=== Begin Enclosure ===
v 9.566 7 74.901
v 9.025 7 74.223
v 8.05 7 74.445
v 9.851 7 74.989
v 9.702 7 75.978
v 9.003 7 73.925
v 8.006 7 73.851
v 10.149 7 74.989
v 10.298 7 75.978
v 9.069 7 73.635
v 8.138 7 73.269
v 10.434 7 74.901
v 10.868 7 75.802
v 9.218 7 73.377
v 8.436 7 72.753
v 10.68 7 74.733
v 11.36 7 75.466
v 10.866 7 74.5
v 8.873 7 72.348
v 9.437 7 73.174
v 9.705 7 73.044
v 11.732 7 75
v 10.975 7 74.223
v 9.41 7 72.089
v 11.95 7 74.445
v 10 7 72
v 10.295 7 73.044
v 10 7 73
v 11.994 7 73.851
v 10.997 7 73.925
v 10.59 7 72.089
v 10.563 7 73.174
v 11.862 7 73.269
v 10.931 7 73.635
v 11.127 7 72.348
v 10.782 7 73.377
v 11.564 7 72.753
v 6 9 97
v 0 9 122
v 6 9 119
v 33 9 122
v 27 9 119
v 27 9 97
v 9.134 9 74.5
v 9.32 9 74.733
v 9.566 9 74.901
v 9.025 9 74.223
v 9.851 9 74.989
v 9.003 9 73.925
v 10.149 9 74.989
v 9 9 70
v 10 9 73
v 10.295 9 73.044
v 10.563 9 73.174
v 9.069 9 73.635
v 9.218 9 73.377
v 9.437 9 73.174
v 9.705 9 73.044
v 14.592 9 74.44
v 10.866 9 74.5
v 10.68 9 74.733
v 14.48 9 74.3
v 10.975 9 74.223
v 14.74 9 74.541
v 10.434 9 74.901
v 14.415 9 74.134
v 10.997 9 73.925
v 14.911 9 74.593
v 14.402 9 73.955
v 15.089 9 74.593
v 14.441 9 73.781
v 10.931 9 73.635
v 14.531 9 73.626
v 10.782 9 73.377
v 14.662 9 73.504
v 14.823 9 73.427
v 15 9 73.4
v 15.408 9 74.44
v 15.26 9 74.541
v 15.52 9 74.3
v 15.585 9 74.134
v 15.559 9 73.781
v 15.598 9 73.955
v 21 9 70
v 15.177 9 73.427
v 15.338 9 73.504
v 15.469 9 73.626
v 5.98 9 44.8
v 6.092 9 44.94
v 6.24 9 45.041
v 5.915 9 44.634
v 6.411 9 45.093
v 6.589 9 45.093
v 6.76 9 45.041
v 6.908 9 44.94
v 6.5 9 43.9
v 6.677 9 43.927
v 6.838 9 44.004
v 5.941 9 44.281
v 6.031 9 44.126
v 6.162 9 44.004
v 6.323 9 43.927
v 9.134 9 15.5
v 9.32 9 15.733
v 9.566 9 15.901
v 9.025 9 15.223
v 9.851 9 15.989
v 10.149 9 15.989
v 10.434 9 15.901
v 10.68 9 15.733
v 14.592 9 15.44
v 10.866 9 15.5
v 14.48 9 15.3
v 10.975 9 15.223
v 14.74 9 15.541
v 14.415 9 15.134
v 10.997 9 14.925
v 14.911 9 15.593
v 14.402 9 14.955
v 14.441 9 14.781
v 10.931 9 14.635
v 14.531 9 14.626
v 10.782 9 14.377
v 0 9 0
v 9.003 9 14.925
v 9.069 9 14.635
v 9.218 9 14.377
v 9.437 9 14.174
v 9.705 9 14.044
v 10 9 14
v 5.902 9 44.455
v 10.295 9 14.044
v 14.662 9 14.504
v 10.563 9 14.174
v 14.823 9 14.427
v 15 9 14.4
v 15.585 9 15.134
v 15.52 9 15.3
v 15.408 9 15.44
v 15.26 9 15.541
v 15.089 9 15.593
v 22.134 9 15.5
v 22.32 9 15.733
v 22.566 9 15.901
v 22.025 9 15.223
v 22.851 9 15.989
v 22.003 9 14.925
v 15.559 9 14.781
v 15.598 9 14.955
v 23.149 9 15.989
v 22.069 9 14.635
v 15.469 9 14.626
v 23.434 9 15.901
=== End Enclosure ===
=== Begin Enclosure ===
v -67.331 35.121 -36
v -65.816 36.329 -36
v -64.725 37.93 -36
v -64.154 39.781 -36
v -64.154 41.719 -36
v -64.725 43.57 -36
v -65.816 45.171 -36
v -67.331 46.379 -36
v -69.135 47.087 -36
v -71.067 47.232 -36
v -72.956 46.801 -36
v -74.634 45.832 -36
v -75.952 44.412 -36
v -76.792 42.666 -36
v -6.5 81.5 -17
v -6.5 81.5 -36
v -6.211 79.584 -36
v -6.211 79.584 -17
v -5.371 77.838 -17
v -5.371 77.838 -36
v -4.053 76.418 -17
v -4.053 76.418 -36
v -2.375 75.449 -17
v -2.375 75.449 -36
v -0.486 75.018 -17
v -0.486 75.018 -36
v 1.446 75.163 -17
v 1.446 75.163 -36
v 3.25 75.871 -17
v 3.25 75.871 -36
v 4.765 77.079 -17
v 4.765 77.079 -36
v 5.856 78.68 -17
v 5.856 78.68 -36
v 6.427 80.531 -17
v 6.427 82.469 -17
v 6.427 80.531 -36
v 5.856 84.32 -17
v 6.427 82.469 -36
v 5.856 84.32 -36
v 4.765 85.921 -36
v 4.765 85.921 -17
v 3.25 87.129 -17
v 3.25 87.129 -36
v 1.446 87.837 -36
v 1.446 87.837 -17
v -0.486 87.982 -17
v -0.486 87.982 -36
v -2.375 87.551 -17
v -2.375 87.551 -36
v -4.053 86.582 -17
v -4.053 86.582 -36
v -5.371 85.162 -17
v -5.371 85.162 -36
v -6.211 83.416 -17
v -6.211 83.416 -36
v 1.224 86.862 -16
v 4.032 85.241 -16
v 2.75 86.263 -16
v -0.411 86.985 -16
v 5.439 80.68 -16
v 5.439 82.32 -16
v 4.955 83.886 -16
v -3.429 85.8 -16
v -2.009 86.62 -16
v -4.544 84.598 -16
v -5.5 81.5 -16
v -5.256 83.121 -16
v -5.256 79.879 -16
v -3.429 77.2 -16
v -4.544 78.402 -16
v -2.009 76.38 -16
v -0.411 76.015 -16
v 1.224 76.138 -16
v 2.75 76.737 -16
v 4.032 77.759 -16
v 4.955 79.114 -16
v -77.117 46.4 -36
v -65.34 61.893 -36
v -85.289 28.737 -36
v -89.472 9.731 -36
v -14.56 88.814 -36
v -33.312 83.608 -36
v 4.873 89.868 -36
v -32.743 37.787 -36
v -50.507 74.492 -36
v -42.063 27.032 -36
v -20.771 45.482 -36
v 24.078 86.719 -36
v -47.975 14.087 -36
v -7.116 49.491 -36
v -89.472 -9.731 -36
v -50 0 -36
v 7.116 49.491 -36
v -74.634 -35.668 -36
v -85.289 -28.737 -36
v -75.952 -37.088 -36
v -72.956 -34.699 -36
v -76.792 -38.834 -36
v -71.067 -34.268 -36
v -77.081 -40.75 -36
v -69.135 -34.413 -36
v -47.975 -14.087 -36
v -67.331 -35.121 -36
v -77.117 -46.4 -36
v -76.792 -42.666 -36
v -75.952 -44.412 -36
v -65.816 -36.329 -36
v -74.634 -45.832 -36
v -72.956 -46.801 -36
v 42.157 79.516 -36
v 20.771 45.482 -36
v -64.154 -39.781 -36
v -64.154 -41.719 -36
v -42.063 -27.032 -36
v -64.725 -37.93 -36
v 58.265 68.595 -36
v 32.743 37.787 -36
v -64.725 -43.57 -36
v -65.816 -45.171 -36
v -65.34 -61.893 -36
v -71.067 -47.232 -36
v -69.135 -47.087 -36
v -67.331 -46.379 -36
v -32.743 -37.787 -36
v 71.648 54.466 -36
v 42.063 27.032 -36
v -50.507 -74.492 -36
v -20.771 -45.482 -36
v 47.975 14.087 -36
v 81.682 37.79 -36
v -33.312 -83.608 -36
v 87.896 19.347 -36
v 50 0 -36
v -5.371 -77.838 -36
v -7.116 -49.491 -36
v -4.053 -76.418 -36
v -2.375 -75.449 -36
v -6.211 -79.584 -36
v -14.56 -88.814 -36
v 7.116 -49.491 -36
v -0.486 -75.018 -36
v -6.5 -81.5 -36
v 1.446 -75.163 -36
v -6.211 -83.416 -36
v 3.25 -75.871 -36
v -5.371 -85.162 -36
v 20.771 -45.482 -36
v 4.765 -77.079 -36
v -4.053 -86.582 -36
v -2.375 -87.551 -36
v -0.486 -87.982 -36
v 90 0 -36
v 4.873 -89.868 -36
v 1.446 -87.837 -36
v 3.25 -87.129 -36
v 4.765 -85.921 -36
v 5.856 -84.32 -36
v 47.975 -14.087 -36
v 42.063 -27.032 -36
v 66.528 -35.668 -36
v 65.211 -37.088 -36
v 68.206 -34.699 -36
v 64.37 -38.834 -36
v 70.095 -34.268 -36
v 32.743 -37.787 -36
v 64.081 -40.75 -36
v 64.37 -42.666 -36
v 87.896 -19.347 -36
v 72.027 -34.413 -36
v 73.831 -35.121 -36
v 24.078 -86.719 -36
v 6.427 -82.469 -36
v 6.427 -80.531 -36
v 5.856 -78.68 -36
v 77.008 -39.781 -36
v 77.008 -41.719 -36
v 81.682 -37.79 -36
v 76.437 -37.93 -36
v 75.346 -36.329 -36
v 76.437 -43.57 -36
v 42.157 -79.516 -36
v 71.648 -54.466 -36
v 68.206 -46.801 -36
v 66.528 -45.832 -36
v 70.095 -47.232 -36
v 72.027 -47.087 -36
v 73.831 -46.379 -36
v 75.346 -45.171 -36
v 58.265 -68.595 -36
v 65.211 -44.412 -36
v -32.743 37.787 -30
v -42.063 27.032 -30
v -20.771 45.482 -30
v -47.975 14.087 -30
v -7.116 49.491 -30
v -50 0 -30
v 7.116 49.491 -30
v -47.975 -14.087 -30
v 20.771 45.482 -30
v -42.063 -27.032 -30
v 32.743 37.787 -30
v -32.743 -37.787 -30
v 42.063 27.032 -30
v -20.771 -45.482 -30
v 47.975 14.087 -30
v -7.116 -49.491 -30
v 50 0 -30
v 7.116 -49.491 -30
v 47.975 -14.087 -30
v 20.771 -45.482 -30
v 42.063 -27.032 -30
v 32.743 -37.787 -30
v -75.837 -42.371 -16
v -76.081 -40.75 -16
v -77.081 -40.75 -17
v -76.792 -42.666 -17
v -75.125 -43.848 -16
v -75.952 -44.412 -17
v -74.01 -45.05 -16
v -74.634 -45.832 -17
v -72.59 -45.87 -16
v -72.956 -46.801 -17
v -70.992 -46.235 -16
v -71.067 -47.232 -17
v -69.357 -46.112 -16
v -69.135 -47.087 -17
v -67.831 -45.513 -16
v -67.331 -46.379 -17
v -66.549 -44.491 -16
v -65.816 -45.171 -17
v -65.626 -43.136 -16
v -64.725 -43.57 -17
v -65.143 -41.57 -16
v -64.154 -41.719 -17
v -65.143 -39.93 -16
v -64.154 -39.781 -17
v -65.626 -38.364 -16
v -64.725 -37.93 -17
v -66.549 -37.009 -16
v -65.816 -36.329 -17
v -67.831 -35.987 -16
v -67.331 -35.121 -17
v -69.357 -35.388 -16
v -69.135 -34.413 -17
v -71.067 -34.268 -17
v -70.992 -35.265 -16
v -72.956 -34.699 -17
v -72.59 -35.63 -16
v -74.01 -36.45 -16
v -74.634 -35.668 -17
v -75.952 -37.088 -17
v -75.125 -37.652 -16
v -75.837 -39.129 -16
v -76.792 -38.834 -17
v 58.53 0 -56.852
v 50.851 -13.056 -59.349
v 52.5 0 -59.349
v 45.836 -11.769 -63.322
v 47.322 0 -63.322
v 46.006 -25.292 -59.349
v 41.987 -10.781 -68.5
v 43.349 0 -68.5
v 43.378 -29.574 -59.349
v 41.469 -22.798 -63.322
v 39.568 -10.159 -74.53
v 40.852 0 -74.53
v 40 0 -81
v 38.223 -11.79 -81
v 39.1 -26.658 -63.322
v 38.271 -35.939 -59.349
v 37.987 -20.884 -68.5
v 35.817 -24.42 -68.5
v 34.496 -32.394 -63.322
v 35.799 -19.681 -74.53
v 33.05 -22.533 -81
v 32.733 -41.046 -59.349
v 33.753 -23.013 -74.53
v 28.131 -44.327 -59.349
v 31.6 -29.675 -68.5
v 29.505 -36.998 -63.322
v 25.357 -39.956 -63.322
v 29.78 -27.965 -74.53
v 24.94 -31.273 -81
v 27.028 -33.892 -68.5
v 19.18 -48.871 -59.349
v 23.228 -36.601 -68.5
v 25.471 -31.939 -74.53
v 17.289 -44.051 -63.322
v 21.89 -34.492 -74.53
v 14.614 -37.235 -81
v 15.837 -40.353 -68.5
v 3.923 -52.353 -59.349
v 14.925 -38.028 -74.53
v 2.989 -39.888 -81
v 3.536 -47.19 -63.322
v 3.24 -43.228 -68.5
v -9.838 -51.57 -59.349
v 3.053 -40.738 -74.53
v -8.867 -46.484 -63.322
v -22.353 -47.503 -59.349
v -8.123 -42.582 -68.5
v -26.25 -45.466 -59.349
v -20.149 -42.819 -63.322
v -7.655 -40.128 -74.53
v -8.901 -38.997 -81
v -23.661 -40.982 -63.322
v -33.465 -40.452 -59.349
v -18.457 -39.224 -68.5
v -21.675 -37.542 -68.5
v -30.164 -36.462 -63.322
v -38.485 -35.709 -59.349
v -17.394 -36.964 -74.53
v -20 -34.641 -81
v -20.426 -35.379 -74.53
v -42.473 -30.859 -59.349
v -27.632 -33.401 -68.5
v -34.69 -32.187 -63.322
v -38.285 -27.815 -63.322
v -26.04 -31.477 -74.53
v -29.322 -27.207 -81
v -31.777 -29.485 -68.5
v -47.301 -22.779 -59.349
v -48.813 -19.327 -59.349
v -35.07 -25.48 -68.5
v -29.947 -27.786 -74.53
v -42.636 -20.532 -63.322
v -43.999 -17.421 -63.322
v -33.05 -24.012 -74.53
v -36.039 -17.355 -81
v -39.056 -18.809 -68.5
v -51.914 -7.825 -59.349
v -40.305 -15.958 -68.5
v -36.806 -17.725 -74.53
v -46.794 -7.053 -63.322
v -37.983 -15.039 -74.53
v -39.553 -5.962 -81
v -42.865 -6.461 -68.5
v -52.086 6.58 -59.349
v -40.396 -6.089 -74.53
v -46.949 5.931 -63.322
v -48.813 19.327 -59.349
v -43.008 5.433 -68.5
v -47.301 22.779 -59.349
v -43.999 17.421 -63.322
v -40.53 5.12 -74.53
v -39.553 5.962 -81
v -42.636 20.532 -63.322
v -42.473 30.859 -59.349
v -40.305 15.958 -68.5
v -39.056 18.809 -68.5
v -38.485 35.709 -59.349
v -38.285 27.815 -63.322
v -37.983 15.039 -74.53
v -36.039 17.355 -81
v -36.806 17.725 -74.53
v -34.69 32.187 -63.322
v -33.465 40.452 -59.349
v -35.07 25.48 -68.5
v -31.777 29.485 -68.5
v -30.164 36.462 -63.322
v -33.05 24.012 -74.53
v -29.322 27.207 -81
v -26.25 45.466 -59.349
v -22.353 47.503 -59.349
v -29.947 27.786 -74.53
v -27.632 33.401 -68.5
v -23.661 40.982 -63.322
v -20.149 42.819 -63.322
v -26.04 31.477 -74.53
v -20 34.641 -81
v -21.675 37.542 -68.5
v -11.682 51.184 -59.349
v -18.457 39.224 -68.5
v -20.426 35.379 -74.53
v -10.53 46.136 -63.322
=== End Enclosure ===
=== Begin Enclosure ===
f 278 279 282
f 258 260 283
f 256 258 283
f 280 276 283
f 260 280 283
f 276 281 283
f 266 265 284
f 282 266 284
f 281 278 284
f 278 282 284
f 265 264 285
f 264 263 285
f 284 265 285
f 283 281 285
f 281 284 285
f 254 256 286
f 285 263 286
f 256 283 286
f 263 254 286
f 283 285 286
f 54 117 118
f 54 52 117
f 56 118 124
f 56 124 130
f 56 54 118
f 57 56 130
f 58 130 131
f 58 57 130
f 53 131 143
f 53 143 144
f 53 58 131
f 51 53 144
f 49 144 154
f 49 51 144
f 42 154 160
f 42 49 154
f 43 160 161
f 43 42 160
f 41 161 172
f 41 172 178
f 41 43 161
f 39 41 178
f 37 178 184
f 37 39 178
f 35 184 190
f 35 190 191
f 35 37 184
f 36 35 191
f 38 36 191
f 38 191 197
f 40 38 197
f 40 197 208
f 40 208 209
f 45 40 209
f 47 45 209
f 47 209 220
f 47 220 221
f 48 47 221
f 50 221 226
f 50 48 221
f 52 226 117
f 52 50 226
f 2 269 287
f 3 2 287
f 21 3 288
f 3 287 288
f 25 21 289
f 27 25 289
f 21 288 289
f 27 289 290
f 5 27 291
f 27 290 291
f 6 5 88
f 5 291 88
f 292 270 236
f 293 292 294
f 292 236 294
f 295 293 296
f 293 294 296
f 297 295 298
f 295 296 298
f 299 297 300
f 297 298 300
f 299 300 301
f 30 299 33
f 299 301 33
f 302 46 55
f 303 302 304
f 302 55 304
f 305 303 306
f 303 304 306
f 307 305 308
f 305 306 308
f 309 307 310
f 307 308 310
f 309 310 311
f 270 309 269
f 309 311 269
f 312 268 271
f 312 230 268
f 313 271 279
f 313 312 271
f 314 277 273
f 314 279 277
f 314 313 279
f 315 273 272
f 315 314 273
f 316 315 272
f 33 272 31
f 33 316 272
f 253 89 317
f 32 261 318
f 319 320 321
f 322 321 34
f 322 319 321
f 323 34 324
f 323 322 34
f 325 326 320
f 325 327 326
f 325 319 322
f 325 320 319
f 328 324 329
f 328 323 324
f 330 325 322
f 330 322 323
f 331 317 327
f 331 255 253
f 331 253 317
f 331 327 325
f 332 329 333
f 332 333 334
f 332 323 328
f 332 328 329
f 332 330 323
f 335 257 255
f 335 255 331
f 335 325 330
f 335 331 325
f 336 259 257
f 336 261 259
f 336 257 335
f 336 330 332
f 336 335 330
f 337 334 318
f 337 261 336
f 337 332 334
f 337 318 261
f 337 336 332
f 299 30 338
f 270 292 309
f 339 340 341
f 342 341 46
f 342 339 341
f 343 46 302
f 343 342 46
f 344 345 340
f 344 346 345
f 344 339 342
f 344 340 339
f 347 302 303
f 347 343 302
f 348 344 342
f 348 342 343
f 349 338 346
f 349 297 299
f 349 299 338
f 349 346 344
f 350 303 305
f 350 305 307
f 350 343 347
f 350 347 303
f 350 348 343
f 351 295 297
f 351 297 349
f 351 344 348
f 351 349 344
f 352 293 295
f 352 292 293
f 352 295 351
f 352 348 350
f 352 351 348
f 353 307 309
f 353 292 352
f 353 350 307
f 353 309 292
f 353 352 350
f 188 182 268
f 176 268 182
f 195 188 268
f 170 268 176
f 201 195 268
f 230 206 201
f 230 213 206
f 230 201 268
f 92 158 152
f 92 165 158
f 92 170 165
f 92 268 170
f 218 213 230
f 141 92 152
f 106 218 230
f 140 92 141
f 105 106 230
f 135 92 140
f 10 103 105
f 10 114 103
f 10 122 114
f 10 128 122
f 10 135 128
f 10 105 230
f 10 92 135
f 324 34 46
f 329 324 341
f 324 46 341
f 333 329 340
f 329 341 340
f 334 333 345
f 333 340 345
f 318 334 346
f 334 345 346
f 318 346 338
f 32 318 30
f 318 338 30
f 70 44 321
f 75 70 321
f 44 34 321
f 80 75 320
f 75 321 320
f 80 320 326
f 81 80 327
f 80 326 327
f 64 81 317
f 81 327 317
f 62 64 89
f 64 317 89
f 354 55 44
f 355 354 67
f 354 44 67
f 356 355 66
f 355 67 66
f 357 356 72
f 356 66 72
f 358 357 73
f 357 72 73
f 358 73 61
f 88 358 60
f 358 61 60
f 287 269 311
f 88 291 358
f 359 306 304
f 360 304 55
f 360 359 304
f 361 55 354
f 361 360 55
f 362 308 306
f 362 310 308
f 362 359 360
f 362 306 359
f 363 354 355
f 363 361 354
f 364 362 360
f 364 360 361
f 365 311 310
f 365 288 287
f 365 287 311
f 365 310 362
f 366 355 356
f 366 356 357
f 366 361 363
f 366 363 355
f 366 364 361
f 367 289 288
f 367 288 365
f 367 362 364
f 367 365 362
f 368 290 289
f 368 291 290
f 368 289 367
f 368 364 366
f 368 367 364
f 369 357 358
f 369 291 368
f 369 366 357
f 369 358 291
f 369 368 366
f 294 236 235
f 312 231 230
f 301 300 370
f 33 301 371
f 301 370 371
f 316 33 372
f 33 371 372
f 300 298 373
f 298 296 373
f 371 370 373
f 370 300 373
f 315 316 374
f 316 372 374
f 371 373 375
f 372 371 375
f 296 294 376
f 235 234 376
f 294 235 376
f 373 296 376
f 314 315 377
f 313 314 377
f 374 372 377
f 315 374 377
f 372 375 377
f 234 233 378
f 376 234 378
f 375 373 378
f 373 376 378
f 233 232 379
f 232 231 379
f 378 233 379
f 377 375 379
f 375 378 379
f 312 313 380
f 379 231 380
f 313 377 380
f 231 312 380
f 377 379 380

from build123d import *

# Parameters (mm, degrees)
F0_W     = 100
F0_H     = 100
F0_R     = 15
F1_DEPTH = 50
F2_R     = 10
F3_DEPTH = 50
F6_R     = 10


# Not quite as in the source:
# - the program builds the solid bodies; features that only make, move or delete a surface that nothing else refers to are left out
=== End Enclosure ===
[Problem to solve] From the records above, retype only the lines starting at the line that contains "v 6.427 82.469 -17" and ending at the line that contains "v -75.952 -44.412 -36", both included.

[Written response]
v 6.427 82.469 -17
v 6.427 80.531 -36
v 5.856 84.32 -17
v 6.427 82.469 -36
v 5.856 84.32 -36
v 4.765 85.921 -36
v 4.765 85.921 -17
v 3.25 87.129 -17
v 3.25 87.129 -36
v 1.446 87.837 -36
v 1.446 87.837 -17
v -0.486 87.982 -17
v -0.486 87.982 -36
v -2.375 87.551 -17
v -2.375 87.551 -36
v -4.053 86.582 -17
v -4.053 86.582 -36
v -5.371 85.162 -17
v -5.371 85.162 -36
v -6.211 83.416 -17
v -6.211 83.416 -36
v 1.224 86.862 -16
v 4.032 85.241 -16
v 2.75 86.263 -16
v -0.411 86.985 -16
v 5.439 80.68 -16
v 5.439 82.32 -16
v 4.955 83.886 -16
v -3.429 85.8 -16
v -2.009 86.62 -16
v -4.544 84.598 -16
v -5.5 81.5 -16
v -5.256 83.121 -16
v -5.256 79.879 -16
v -3.429 77.2 -16
v -4.544 78.402 -16
v -2.009 76.38 -16
v -0.411 76.015 -16
v 1.224 76.138 -16
v 2.75 76.737 -16
v 4.032 77.759 -16
v 4.955 79.114 -16
v -77.117 46.4 -36
v -65.34 61.893 -36
v -85.289 28.737 -36
v -89.472 9.731 -36
v -14.56 88.814 -36
v -33.312 83.608 -36
v 4.873 89.868 -36
v -32.743 37.787 -36
v -50.507 74.492 -36
v -42.063 27.032 -36
v -20.771 45.482 -36
v 24.078 86.719 -36
v -47.975 14.087 -36
v -7.116 49.491 -36
v -89.472 -9.731 -36
v -50 0 -36
v 7.116 49.491 -36
v -74.634 -35.668 -36
v -85.289 -28.737 -36
v -75.952 -37.088 -36
v -72.956 -34.699 -36
v -76.792 -38.834 -36
v -71.067 -34.268 -36
v -77.081 -40.75 -36
v -69.135 -34.413 -36
v -47.975 -14.087 -36
v -67.331 -35.121 -36
v -77.117 -46.4 -36
v -76.792 -42.666 -36
v -75.952 -44.412 -36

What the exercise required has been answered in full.